[Saved data entries]
#####

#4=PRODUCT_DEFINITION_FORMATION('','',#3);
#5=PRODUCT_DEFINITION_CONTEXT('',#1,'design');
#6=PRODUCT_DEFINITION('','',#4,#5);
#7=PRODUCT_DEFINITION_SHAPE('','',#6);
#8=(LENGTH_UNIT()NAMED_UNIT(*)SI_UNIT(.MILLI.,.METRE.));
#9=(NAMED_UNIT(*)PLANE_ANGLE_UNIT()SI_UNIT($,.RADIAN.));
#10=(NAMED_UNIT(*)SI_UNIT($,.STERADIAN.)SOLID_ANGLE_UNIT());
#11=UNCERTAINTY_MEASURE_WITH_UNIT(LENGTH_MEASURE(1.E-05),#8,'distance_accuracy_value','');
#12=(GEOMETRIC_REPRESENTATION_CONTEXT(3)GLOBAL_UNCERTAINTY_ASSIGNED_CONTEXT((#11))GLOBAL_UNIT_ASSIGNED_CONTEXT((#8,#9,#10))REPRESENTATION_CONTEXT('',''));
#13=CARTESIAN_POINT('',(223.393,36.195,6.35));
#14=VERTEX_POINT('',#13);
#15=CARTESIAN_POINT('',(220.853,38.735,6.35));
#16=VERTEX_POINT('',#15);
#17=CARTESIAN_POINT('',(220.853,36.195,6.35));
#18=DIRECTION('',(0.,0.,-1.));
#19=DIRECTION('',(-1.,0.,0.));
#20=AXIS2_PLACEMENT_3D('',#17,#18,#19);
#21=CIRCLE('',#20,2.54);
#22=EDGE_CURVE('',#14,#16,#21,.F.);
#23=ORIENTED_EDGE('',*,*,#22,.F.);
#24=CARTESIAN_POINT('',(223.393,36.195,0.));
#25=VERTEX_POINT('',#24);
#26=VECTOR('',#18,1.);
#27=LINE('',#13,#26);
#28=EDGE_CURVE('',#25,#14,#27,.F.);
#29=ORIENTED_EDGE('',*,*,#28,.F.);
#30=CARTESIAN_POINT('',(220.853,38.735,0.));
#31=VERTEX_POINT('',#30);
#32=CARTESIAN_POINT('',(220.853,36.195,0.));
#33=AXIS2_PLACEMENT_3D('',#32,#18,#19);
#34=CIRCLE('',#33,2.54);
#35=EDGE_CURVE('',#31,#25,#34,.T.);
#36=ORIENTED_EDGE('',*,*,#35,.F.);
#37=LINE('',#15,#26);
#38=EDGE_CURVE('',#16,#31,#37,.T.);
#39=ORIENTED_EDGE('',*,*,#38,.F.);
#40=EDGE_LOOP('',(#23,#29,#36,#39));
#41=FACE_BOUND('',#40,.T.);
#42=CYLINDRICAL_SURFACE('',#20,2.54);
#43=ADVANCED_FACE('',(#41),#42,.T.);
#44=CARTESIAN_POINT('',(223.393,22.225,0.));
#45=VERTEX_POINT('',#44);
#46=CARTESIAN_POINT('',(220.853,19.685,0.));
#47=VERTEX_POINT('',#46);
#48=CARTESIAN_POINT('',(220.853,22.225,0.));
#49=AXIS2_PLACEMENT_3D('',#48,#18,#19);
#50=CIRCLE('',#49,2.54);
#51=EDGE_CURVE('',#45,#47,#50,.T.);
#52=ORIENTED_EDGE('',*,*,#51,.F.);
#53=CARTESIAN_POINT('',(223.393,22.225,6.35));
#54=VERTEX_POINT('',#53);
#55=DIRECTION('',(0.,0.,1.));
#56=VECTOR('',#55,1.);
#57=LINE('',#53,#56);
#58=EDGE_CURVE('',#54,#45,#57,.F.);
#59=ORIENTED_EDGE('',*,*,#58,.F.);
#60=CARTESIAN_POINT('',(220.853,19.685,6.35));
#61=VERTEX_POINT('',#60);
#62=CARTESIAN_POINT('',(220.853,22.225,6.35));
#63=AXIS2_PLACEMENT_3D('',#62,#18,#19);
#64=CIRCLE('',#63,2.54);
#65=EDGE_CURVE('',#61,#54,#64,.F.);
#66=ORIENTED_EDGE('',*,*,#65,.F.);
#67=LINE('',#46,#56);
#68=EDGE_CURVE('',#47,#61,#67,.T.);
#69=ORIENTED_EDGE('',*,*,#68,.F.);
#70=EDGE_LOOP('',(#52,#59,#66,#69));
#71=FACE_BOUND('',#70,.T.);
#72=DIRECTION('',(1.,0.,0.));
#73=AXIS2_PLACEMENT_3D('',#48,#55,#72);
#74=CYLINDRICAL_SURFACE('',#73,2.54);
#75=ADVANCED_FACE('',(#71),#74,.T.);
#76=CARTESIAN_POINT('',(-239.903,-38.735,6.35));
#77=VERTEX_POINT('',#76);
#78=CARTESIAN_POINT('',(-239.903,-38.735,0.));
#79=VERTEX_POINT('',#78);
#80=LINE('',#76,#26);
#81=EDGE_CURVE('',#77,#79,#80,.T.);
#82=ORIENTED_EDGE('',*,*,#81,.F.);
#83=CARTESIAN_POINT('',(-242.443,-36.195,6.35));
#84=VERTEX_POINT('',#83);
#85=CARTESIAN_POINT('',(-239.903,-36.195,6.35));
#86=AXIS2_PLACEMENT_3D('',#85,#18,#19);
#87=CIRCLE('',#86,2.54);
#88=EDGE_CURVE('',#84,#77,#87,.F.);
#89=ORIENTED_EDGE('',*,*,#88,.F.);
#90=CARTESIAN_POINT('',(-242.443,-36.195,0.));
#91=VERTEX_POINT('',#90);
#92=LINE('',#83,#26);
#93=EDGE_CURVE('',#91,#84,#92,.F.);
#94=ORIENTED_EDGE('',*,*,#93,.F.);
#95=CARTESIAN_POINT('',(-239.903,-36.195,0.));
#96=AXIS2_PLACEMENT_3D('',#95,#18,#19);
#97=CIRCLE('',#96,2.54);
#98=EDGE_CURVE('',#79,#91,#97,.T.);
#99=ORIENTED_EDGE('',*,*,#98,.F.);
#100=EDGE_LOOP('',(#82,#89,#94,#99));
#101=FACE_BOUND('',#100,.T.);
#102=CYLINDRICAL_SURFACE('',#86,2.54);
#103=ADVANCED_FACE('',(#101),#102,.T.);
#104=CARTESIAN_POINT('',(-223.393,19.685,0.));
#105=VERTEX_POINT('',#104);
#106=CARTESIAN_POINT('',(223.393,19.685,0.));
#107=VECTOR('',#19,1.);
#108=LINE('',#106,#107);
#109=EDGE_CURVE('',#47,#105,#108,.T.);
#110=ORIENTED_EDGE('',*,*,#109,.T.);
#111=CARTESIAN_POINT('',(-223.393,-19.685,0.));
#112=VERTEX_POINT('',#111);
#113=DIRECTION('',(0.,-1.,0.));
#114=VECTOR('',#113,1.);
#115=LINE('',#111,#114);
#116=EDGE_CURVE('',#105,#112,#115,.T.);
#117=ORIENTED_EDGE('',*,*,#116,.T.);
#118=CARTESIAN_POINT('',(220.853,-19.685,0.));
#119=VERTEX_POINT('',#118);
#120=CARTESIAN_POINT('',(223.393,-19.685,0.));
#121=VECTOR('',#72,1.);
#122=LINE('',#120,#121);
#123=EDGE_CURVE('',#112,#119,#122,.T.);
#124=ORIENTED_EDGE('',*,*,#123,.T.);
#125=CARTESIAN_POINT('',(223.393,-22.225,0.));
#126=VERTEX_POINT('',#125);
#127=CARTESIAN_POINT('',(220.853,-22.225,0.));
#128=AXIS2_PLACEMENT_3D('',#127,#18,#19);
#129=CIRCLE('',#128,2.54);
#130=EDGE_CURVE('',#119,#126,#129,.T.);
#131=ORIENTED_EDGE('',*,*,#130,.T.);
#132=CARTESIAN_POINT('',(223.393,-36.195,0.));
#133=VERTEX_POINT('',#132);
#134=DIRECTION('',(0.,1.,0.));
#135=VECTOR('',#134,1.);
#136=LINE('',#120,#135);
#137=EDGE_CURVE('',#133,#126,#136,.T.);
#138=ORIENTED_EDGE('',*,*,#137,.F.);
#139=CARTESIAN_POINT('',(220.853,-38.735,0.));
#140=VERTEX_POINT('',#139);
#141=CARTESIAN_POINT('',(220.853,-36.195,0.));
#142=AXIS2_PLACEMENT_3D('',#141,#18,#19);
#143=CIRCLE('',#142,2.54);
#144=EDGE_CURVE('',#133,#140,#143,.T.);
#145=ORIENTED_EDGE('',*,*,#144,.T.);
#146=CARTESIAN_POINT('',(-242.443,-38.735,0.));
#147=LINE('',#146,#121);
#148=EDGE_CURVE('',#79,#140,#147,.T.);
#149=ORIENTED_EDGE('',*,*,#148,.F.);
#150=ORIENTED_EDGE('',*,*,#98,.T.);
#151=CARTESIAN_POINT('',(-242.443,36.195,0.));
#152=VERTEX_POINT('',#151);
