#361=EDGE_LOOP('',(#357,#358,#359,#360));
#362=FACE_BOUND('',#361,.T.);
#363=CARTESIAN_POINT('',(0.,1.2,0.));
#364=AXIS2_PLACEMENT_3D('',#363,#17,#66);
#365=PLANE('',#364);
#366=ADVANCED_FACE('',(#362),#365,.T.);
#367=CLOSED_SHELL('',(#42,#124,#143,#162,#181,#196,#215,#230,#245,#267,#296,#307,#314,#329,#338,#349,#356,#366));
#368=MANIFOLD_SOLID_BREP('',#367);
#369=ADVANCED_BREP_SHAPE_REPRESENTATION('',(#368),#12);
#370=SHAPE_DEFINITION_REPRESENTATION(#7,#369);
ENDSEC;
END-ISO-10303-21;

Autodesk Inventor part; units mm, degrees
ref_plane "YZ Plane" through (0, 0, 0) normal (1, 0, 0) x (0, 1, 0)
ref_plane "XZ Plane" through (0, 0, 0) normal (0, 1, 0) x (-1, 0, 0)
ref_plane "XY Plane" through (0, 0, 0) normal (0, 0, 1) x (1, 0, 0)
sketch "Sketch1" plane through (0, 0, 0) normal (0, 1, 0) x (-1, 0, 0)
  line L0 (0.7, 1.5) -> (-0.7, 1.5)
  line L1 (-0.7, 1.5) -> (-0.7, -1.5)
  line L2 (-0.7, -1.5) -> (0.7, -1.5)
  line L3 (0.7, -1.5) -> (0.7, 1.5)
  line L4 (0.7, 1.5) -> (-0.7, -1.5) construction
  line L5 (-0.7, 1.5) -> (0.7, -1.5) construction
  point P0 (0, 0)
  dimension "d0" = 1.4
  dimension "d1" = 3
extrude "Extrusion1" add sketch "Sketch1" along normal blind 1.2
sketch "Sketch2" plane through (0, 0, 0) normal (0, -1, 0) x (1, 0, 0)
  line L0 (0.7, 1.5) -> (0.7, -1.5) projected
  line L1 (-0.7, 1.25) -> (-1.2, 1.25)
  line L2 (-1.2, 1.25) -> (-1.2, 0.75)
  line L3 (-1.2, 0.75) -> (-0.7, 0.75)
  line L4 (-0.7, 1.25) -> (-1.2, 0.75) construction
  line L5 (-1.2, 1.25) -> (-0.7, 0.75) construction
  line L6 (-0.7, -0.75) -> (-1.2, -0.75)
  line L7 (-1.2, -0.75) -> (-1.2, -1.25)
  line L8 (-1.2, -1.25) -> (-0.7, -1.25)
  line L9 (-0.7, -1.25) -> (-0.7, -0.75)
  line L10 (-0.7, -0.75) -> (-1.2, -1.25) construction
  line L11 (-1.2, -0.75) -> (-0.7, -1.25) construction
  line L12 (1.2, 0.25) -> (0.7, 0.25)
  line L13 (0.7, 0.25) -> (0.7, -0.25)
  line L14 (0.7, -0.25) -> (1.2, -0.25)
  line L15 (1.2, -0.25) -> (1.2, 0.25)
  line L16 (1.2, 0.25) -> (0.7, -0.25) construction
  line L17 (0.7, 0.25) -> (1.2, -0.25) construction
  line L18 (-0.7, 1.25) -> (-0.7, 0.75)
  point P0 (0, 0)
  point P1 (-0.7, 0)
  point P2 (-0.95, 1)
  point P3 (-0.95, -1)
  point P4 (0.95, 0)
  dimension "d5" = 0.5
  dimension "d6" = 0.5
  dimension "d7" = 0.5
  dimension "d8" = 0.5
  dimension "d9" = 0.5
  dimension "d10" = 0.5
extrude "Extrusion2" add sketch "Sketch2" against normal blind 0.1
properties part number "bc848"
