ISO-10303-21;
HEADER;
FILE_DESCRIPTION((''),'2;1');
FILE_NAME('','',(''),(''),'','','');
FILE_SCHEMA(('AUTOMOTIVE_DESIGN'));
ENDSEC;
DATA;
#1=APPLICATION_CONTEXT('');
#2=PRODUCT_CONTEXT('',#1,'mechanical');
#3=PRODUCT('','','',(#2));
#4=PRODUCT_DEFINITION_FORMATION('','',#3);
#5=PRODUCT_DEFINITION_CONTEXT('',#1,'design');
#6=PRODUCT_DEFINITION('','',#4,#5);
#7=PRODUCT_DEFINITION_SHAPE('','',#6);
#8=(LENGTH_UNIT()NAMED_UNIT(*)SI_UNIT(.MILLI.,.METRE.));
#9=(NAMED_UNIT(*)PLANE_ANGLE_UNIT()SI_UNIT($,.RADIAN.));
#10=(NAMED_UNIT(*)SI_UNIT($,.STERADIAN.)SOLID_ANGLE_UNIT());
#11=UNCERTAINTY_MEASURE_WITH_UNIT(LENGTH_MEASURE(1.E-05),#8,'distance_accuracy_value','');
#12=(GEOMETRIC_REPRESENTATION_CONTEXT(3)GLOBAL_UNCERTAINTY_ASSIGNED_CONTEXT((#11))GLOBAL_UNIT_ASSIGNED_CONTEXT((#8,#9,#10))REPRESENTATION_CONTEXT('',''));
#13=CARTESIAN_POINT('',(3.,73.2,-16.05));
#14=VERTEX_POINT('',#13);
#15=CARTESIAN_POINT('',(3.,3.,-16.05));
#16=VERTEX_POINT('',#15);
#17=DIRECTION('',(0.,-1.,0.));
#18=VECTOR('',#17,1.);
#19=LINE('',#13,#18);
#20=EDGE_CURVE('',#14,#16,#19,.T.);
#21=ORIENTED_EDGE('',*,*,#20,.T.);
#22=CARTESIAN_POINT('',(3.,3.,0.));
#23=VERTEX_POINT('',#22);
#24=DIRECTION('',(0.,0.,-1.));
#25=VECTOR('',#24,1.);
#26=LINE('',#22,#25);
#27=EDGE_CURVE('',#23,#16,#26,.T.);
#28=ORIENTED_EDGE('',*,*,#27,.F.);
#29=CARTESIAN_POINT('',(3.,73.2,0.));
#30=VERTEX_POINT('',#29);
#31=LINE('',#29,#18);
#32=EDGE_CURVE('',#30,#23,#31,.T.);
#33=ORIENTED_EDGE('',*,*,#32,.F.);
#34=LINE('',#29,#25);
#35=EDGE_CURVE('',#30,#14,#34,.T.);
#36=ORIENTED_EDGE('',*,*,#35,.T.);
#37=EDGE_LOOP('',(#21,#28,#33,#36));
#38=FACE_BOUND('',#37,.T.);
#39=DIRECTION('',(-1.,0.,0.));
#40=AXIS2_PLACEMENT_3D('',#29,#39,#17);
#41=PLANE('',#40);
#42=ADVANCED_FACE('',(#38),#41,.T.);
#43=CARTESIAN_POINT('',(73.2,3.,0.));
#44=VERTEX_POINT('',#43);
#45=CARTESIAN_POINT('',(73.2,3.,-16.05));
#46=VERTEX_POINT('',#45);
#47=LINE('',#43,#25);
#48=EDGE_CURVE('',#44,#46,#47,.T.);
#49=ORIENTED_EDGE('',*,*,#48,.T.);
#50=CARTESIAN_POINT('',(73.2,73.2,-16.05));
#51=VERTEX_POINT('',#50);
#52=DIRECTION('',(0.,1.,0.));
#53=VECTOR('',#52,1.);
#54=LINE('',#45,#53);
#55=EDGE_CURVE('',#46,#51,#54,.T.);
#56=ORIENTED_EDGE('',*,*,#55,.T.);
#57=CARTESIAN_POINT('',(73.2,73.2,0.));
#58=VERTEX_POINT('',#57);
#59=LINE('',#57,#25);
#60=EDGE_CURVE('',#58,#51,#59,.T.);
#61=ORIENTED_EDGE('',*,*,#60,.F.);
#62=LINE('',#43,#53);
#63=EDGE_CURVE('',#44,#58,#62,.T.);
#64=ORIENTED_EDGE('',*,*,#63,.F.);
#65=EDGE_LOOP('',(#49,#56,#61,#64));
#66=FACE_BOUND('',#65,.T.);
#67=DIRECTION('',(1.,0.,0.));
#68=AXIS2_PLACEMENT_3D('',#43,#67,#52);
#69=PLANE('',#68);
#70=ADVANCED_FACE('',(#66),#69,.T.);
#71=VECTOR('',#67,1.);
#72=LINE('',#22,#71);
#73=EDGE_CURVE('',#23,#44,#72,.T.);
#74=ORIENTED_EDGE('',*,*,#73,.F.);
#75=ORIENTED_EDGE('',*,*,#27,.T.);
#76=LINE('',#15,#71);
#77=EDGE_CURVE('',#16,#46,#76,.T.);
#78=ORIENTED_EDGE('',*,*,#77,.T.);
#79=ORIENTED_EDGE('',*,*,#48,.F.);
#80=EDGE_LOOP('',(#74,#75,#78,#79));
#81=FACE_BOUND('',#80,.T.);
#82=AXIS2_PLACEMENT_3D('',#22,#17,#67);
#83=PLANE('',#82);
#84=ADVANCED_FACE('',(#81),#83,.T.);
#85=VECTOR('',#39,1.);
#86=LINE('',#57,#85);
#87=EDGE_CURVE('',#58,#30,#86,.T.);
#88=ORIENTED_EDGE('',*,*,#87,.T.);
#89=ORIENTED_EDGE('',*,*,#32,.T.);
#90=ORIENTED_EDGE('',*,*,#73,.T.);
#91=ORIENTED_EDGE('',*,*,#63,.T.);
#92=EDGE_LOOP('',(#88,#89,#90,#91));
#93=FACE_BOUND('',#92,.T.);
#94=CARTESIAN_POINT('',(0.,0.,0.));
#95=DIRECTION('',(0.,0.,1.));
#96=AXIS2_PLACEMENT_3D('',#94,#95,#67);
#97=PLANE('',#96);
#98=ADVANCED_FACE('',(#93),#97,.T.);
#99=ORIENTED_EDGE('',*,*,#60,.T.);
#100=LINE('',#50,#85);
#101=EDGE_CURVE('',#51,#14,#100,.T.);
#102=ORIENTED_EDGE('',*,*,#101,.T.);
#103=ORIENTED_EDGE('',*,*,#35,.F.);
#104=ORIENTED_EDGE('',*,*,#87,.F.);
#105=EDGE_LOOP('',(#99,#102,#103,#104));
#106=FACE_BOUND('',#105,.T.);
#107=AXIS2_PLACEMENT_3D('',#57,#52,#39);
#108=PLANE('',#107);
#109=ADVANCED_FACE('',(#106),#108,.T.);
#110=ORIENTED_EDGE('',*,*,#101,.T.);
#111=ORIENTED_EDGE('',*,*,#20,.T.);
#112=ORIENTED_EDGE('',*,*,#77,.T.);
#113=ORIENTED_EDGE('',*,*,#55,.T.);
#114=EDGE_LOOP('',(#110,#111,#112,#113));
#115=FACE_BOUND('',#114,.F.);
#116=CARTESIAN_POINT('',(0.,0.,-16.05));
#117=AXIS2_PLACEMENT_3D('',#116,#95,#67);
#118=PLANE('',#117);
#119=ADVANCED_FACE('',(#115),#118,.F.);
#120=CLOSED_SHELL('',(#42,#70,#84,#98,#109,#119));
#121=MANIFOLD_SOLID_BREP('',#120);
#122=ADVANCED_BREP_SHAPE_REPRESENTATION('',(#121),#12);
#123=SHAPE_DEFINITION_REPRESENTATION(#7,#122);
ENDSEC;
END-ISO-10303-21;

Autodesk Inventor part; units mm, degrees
ref_plane "YZ Plane" through (0, 0, 0) normal (1, 0, 0) x (0, 1, 0)
ref_plane "XZ Plane" through (0, 0, 0) normal (0, 1, 0) x (-1, 0, 0)
sketch "Sketch1" plane through (0, 0, 0) normal (0, 0, 1) x (1, 0, 0)
  line L0 (0, 0) -> (0, 76.2) construction
  line L1 (0, 76.2) -> (76.2, 76.2) construction
  line L2 (76.2, 76.2) -> (76.2, 0) construction
  line L3 (76.2, 0) -> (0, 0) construction
  line L4 (73.2, 73.2) -> (3, 73.2)
  line L5 (3, 73.2) -> (3, 3)
  line L6 (3, 3) -> (73.2, 3)
  line L7 (73.2, 3) -> (73.2, 73.2)
  dimension "d0" = 3
ref_plane "Work Plane1" through (-3.81, -3.81, -16.05) normal (0, 0, 1) x (1, 0, 0)
extrude "Extrusion1" add sketch "Sketch1" against normal up to surface (16.05 mm away)
properties part number "STOCK_MATERIAL_1"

#####

- **EXERCISE**: Reproduce only the lines above spanning from the line containing "#74=ORIENTED_EDGE('',*,*,#73,.F.);" through the line containing "#121=MANIFOLD_SOLID_BREP('',#120);", word for word.

- **SOLVED PROBLEM**:
#74=ORIENTED_EDGE('',*,*,#73,.F.);
#75=ORIENTED_EDGE('',*,*,#27,.T.);
#76=LINE('',#15,#71);
#77=EDGE_CURVE('',#16,#46,#76,.T.);
#78=ORIENTED_EDGE('',*,*,#77,.T.);
#79=ORIENTED_EDGE('',*,*,#48,.F.);
#80=EDGE_LOOP('',(#74,#75,#78,#79));
#81=FACE_BOUND('',#80,.T.);
#82=AXIS2_PLACEMENT_3D('',#22,#17,#67);
#83=PLANE('',#82);
#84=ADVANCED_FACE('',(#81),#83,.T.);
#85=VECTOR('',#39,1.);
#86=LINE('',#57,#85);
#87=EDGE_CURVE('',#58,#30,#86,.T.);
#88=ORIENTED_EDGE('',*,*,#87,.T.);
#89=ORIENTED_EDGE('',*,*,#32,.T.);
#90=ORIENTED_EDGE('',*,*,#73,.T.);
#91=ORIENTED_EDGE('',*,*,#63,.T.);
#92=EDGE_LOOP('',(#88,#89,#90,#91));
#93=FACE_BOUND('',#92,.T.);
#94=CARTESIAN_POINT('',(0.,0.,0.));
#95=DIRECTION('',(0.,0.,1.));
#96=AXIS2_PLACEMENT_3D('',#94,#95,#67);
#97=PLANE('',#96);
#98=ADVANCED_FACE('',(#93),#97,.T.);
#99=ORIENTED_EDGE('',*,*,#60,.T.);
#100=LINE('',#50,#85);
#101=EDGE_CURVE('',#51,#14,#100,.T.);
#102=ORIENTED_EDGE('',*,*,#101,.T.);
#103=ORIENTED_EDGE('',*,*,#35,.F.);
#104=ORIENTED_EDGE('',*,*,#87,.F.);
#105=EDGE_LOOP('',(#99,#102,#103,#104));
#106=FACE_BOUND('',#105,.T.);
#107=AXIS2_PLACEMENT_3D('',#57,#52,#39);
#108=PLANE('',#107);
#109=ADVANCED_FACE('',(#106),#108,.T.);
#110=ORIENTED_EDGE('',*,*,#101,.T.);
#111=ORIENTED_EDGE('',*,*,#20,.T.);
#112=ORIENTED_EDGE('',*,*,#77,.T.);
#113=ORIENTED_EDGE('',*,*,#55,.T.);
#114=EDGE_LOOP('',(#110,#111,#112,#113));
#115=FACE_BOUND('',#114,.F.);
#116=CARTESIAN_POINT('',(0.,0.,-16.05));
#117=AXIS2_PLACEMENT_3D('',#116,#95,#67);
#118=PLANE('',#117);
#119=ADVANCED_FACE('',(#115),#118,.F.);
#120=CLOSED_SHELL('',(#42,#70,#84,#98,#109,#119));
#121=MANIFOLD_SOLID_BREP('',#120);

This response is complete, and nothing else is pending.